# Wood Firmwares v1.33



## Another World (Jul 11, 2011)

For the next few releases I will post questions and answers from a very short interview with the Yellow Wood Goblin. The questions are simple, sometimes have 2-3 word answers, focus on the firmware itself, but also aim to provide a tiny bit of insight while asking what the Goblin’s favorite games/homebrews are.

Without further ado, our 5th question:

Q: What is your favorite “retro” ROM and why?
A: Metal Gear on MSX. It was the only retro-game that I finished.

Please feel free to discuss the firmware update as well as the interview in this news thread.



			
				Change Log said:
			
		

> *Core:*
> • switched to devkitarm r34.
> • updated touchscreen processing code.
> • non-empty folders can be deleted.
> ...






Wood R4 v1.33 Download 



Wood R4iDSN v1.33 Download



Wood R.P.G. v1.33 Download



Wood R4 as .NDS by Coolkill3r



Wood R4 Bugs and Compatibility thread 



Wood R4 Language File thread


----------



## Snailface (Jul 11, 2011)

This was quick! Nice change with the small icons. 
	

	
	
		
		

		
		
	


	




"crc32 calculation added. start->tools->crc32. now all bug reports without crc32 of rom ignored."
I'll post this in the R4 bug thread to let people know.


----------



## The Catboy (Jul 11, 2011)

Damn ninja updates!


----------



## caroline (Jul 11, 2011)

can i update my r4i gold 3ds flahcard wood by wifi ? How to process ? thanks !


----------



## Nujui (Jul 11, 2011)

Awesome, more updates for my lone R4.


----------



## Nathanaël (Jul 11, 2011)

Maybe R4 Gold team would like to update their firmware? 

We can't use this right now on R4 Gold.

R4 Gold is blocked by Nintendo DSi update 1.43. Since weeks. :/


----------



## Another World (Jul 11, 2011)

which r4i gold are you talking about.

the .com team's v1 or v2 card? the .cn team's v1, v2 (1.4.1 stickered box), or v3 (3ds) card? the .cc team's card? etc?

they are all different, they are all differently supported, and they do not all work with wood.

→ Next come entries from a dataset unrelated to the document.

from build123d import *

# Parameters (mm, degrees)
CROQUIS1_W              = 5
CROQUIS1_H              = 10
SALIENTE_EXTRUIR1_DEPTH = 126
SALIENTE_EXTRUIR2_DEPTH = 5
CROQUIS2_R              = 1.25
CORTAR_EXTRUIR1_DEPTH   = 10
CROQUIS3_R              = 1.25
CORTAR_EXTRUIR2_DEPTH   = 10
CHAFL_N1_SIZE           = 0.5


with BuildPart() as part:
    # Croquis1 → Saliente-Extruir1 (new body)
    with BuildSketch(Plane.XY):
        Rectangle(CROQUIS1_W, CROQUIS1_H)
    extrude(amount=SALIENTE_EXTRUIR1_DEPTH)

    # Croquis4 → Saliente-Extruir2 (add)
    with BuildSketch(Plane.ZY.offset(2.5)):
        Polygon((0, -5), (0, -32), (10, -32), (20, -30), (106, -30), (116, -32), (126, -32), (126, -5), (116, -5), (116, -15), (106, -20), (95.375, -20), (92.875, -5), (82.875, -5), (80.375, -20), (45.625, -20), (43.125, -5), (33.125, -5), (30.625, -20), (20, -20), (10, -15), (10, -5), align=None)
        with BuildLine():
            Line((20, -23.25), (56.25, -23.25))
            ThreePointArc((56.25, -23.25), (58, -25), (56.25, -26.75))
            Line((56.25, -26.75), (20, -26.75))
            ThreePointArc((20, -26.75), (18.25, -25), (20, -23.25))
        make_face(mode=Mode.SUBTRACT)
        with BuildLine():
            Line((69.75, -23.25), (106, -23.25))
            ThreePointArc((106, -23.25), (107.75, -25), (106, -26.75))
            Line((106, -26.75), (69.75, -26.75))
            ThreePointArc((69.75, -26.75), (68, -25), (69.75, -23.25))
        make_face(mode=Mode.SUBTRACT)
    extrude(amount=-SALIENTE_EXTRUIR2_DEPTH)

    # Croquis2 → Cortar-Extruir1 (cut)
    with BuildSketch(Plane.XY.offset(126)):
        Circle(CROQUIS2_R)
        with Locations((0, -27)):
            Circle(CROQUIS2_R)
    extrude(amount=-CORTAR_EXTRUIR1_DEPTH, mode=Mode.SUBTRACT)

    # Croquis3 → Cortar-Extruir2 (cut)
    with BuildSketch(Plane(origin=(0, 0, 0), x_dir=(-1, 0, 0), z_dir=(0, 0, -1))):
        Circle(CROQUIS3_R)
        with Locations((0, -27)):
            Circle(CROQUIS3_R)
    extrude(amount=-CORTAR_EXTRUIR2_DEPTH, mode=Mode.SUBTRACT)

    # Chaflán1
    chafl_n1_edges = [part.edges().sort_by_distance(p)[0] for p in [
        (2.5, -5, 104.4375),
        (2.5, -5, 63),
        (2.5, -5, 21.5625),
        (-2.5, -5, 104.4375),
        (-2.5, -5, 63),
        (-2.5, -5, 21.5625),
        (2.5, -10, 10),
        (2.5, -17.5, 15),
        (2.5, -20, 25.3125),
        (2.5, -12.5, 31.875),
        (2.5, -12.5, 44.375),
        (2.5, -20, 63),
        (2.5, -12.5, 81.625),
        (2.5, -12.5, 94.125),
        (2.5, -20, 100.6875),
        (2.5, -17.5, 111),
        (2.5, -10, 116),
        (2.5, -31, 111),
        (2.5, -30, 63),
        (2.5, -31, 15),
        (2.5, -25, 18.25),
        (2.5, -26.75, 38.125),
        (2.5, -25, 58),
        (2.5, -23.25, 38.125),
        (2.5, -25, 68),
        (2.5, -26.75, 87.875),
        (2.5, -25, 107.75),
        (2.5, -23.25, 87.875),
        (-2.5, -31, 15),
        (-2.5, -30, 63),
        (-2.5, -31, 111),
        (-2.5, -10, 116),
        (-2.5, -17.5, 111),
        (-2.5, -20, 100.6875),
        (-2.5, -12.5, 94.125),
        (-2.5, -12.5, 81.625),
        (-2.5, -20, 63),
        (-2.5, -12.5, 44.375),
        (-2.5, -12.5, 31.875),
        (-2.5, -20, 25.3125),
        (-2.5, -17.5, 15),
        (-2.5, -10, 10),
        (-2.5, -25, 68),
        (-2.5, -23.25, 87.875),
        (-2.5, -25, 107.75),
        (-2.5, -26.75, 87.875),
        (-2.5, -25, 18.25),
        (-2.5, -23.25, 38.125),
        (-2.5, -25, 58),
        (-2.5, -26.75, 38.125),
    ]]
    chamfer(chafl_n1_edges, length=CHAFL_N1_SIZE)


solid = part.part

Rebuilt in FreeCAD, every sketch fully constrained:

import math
import FreeCAD as App
import Part
import Sketcher
Q = App.Units.Quantity


def edges_at(feature, points):
    """Names of the edges that pass closest to the given points."""
    edges = feature.Shape.Edges
    near = lambda p: min(range(len(edges)), key=lambda i: edges[i].distToShape(Part.Vertex(*p))[0])
    return sorted({f"Edge{near(p) + 1}" for p in points})


def add_polygon(sketch, points):
    """Adds a closed chain of lines whose ends are joined by coincident constraints."""
    first, n = sketch.GeometryCount, len(points)
    for a, b in zip(points, points[1:] + points[:1]):
        sketch.addGeometry(Part.LineSegment(App.Vector(*a, 0), App.Vector(*b, 0)), False)
    for i in range(n):
        sketch.addConstraint(Sketcher.Constraint("Coincident", first + i, 2, first + (i + 1) % n, 1))

doc = App.newDocument("Part")
body = doc.addObject("PartDesign::Body", "Body")

# Sketch on XY plane
sketch1 = doc.addObject("Sketcher::SketchObject", "Sketch")
body.addObject(sketch1)
sketch1.AttachmentSupport = (doc.XY_Plane, [""])
sketch1.MapMode = "FlatFace"
add_polygon(sketch1, [(-2.5, 5), (-2.5, -5), (2.5, -5), (2.5, 5)])  # lines 0-3
sketch1.addConstraint(Sketcher.Constraint("Vertical", 0))
sketch1.addConstraint(Sketcher.Constraint("Horizontal", 1))
sketch1.addConstraint(Sketcher.Constraint("Vertical", 2))
sketch1.addConstraint(Sketcher.Constraint("Horizontal", 3))
sketch1.addConstraint(Sketcher.Constraint("Symmetric", 0, 2, 2, 2, -1, 1))
sketch1.addConstraint(Sketcher.Constraint("DistanceX", 1, 1, 1, 2, Q("5 mm")))
sketch1.addConstraint(Sketcher.Constraint("DistanceY", 0, 2, 0, 1, Q("10 mm")))
pad1 = doc.addObject("PartDesign::Pad", "Pad")
body.addObject(pad1)
pad1.Profile = sketch1
pad1.Length = 126
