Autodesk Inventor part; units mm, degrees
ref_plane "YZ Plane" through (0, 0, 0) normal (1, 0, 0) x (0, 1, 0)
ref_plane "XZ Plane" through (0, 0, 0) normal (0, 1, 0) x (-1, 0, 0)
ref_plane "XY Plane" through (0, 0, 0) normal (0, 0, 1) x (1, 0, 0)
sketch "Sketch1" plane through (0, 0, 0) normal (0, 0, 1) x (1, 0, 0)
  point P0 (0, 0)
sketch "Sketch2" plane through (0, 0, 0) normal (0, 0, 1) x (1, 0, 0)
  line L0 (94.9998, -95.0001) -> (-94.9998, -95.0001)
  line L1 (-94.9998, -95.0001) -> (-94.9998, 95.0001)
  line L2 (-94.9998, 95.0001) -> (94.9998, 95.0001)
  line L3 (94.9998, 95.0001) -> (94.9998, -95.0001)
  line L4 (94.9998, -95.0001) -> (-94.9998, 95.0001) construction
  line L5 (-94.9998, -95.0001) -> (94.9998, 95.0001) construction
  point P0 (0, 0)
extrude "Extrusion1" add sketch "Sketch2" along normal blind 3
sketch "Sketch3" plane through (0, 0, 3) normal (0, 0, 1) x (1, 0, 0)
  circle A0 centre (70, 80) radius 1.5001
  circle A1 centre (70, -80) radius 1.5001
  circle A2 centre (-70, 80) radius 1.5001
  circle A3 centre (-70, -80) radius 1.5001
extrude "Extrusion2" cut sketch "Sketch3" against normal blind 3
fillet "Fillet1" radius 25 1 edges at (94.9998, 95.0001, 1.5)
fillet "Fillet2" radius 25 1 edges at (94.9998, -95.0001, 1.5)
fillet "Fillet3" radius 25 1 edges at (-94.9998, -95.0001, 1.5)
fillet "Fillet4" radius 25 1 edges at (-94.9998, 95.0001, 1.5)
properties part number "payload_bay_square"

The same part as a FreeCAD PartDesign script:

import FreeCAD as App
import Part
import Sketcher

V = App.Vector


def edges_at(feature, points):
    """Names of the edges that pass closest to the given points."""
    edges = feature.Shape.Edges
    near = lambda p: min(range(len(edges)), key=lambda i: edges[i].distToShape(Part.Vertex(*p))[0])
    return sorted({f"Edge{near(p) + 1}" for p in points})

doc = App.newDocument("Part")
params = doc.addObject("Spreadsheet::Sheet", "Params")
for row, (alias, value) in enumerate([
    ("pad1_length", "3 mm"),
    ("pocket1_length", "3 mm"),
    ("fillet_radius", "25 mm"),
    ("fillet2_radius", "25 mm"),
    ("fillet3_radius", "25 mm"),
    ("fillet4_radius", "25 mm"),
], start=1):
    params.set(f"A{row}", alias)
    params.set(f"B{row}", "=" + value)
    params.setAlias(f"B{row}", alias)

body = doc.addObject("PartDesign::Body", "Body")

sketch1 = doc.addObject("Sketcher::SketchObject", "Sketch")
body.addObject(sketch1)
sketch1.AttachmentSupport = (doc.XY_Plane, [""])
sketch1.MapMode = "FlatFace"
sketch1.addGeometry(Part.LineSegment(V(-95, -95, 0), V(95, -95, 0)), False)
sketch1.addGeometry(Part.LineSegment(V(95, -95, 0), V(95, 95, 0)), False)
sketch1.addGeometry(Part.LineSegment(V(95, 95, 0), V(-95, 95, 0)), False)
sketch1.addGeometry(Part.LineSegment(V(-95, 95, 0), V(-95, -95, 0)), False)
sketch1.addConstraint(Sketcher.Constraint("Coincident", 0, 2, 1, 1))
sketch1.addConstraint(Sketcher.Constraint("Coincident", 1, 2, 2, 1))
sketch1.addConstraint(Sketcher.Constraint("Coincident", 2, 2, 3, 1))
sketch1.addConstraint(Sketcher.Constraint("Coincident", 3, 2, 0, 1))
sketch1.addConstraint(Sketcher.Constraint("Horizontal", 0))
sketch1.addConstraint(Sketcher.Constraint("Vertical", 1))
sketch1.addConstraint(Sketcher.Constraint("Horizontal", 2))
sketch1.addConstraint(Sketcher.Constraint("Vertical", 3))
sketch1.addConstraint(Sketcher.Constraint("Symmetric", 0, 2, 2, 2, -1, 1))
sketch1.addConstraint(Sketcher.Constraint("DistanceY", 0, 2, -1, 1, 95.0))
sketch1.addConstraint(Sketcher.Constraint("DistanceX", 0, 1, 0, 2, 189.9996))
pad1 = doc.addObject("PartDesign::Pad", "Pad")
body.addObject(pad1)
pad1.Profile = sketch1
pad1.setExpression("Length", "Params.pad1_length")

sketch2 = doc.addObject("Sketcher::SketchObject", "Sketch001")
body.addObject(sketch2)
sketch2.AttachmentSupport = (doc.XY_Plane, [""])
sketch2.MapMode = "FlatFace"
sketch2.AttachmentOffset = App.Placement(V(0, 0, 3), App.Rotation())
sketch2.addGeometry(Part.Circle(V(70, 80, 0), V(0, 0, 1), 1.5), False)
sketch2.addGeometry(Part.Circle(V(70, -80, 0), V(0, 0, 1), 1.5), False)
sketch2.addGeometry(Part.Circle(V(-70, 80, 0), V(0, 0, 1), 1.5), False)
sketch2.addGeometry(Part.Circle(V(-70, -80, 0), V(0, 0, 1), 1.5), False)
sketch2.addConstraint(Sketcher.Constraint("Equal", 0, 1))
sketch2.addConstraint(Sketcher.Constraint("Equal", 1, 2))
sketch2.addConstraint(Sketcher.Constraint("Equal", 2, 3))
sketch2.addConstraint(Sketcher.Constraint("Symmetric", 1, 3, 2, 3, -1, 1))
sketch2.addConstraint(Sketcher.Constraint("Symmetric", 0, 3, 3, 3, -1, 1))
sketch2.addConstraint(Sketcher.Constraint("Symmetric", 0, 3, 2, 3, -2))
sketch2.addConstraint(Sketcher.Constraint("DistanceX", -1, 1, 0, 3, 70.0))
sketch2.addConstraint(Sketcher.Constraint("DistanceY", -1, 1, 0, 3, 80.0))
sketch2.addConstraint(Sketcher.Constraint("Diameter", 0, 3.0002))
pocket1 = doc.addObject("PartDesign::Pocket", "Pocket")
body.addObject(pocket1)
pocket1.Profile = sketch2
pocket1.setExpression("Length", "Params.pocket1_length")
doc.recompute()

fillet = doc.addObject("PartDesign::Fillet", "Fillet")
body.addObject(fillet)
fillet.Base = (pocket1, edges_at(pocket1, [(95, 95, 1.5)]))
fillet.setExpression("Radius", "Params.fillet_radius")
doc.recompute()

fillet2 = doc.addObject("PartDesign::Fillet", "Fillet001")
body.addObject(fillet2)
fillet2.Base = (fillet, edges_at(fillet, [(95, -95, 1.5)]))
fillet2.setExpression("Radius", "Params.fillet2_radius")
doc.recompute()

fillet3 = doc.addObject("PartDesign::Fillet", "Fillet002")
body.addObject(fillet3)
fillet3.Base = (fillet2, edges_at(fillet2, [(-95, -95, 1.5)]))
fillet3.setExpression("Radius", "Params.fillet3_radius")
doc.recompute()

fillet4 = doc.addObject("PartDesign::Fillet", "Fillet003")
body.addObject(fillet4)
fillet4.Base = (fillet3, edges_at(fillet3, [(-95, 95, 1.5)]))
fillet4.setExpression("Radius", "Params.fillet4_radius")

doc.recompute()
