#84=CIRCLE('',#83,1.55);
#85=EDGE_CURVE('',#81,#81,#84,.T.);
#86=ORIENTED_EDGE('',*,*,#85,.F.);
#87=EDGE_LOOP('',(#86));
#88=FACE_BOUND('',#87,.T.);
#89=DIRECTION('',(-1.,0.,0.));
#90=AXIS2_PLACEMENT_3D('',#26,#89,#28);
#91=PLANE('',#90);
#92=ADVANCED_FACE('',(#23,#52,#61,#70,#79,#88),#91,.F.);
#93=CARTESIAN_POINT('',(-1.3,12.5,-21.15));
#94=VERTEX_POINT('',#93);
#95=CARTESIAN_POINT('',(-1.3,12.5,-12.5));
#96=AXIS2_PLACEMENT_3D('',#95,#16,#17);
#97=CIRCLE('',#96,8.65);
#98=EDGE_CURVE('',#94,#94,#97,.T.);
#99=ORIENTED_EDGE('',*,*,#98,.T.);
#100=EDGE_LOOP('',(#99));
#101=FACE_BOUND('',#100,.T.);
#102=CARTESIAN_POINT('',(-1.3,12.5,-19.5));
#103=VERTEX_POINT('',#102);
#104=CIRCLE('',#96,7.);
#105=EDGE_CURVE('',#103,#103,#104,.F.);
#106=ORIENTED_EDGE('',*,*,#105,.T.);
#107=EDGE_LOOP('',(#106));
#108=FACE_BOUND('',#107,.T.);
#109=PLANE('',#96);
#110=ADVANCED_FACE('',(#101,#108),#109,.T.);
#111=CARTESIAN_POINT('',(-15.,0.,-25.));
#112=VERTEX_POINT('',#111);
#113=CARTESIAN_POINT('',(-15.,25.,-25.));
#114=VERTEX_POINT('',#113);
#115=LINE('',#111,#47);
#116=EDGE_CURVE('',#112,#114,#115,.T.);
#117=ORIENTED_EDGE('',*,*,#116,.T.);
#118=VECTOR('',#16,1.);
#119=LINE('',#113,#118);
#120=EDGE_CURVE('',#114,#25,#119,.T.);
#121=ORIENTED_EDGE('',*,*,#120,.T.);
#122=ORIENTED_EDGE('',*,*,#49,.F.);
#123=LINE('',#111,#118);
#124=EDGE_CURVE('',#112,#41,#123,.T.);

most of the teams that have the old hardware (requires more than just a data update) have not released a fix yet. its scary to think that we could be running out of exploitable roms. instead of having patience users simply demand an update. as a result the teams release different updates using different exploitable roms, and nintendo finds more stuff they can block. i know the teams will never work together to exploit just 1 of our limited rom stockpile at a time. at this point i think everyone should just put their old kits on the shelf and purchase a hardware update that only needs the data exploited (r4i gold 3ds, scds2, ismart mm, ievo, etc). flashing new rom icons is eventually going to come to a halt.

-another world


----------



## Nathanaël (Jul 11, 2011)

Another World said:
			
		

> which r4i gold are you talking about.
> 
> the .com team's v1 or v2 card? the .cn team's v1, v2 (1.4.1 stickered box), or v3 (3ds) card? the .cc team's card? etc?
> 
> ...



I'm talking about your team. Don't worry. R4iDS.cn and R4iDSN.com.

Both cards won't work on DSi 1.4.3. Since weeks. As you know.

Fix that. Plze.


----------



## Snailface (Jul 11, 2011)

Nathanaël said:
			
		

> Another World said:
> 
> 
> 
> ...


You heard the man, Another World, fix his card, NOW! 
	

	
	
		
		

		
		
	


	




@Nathanial -- Another World just writes and reports for GBAtemp, he doesn't program the R4iGold cards. And didn't the R4iGold teams report their card does work with 1.4.3?
http://www.r4ids.cn/news.htm
Here's the update patch that should make it compatible with 1.4.3u (chessmaster icon)
http://filetrip.net/file.php?id=25395


----------



## Another World (Jul 11, 2011)

wood is updated by yellow wood goblin for the acekard rpg, original r4, and the r4i dsn flash kits. the r4i gold.cn kit (by the dsn team) is updated by their team of coders. they usually release it a day or so after wood.

they are the only team with permission to port wood to a different flash kit.

-another world


----------



## RupeeClock (Jul 11, 2011)

Love the small icon list view, I hope AKAIO similarly incorporates this.
It was one of the things I quite liked about CycloDS actually.


----------



## ywg (Jul 11, 2011)

RupeeClock said:
			
		

> Love the small icon list view, I hope AKAIO similarly incorporates this.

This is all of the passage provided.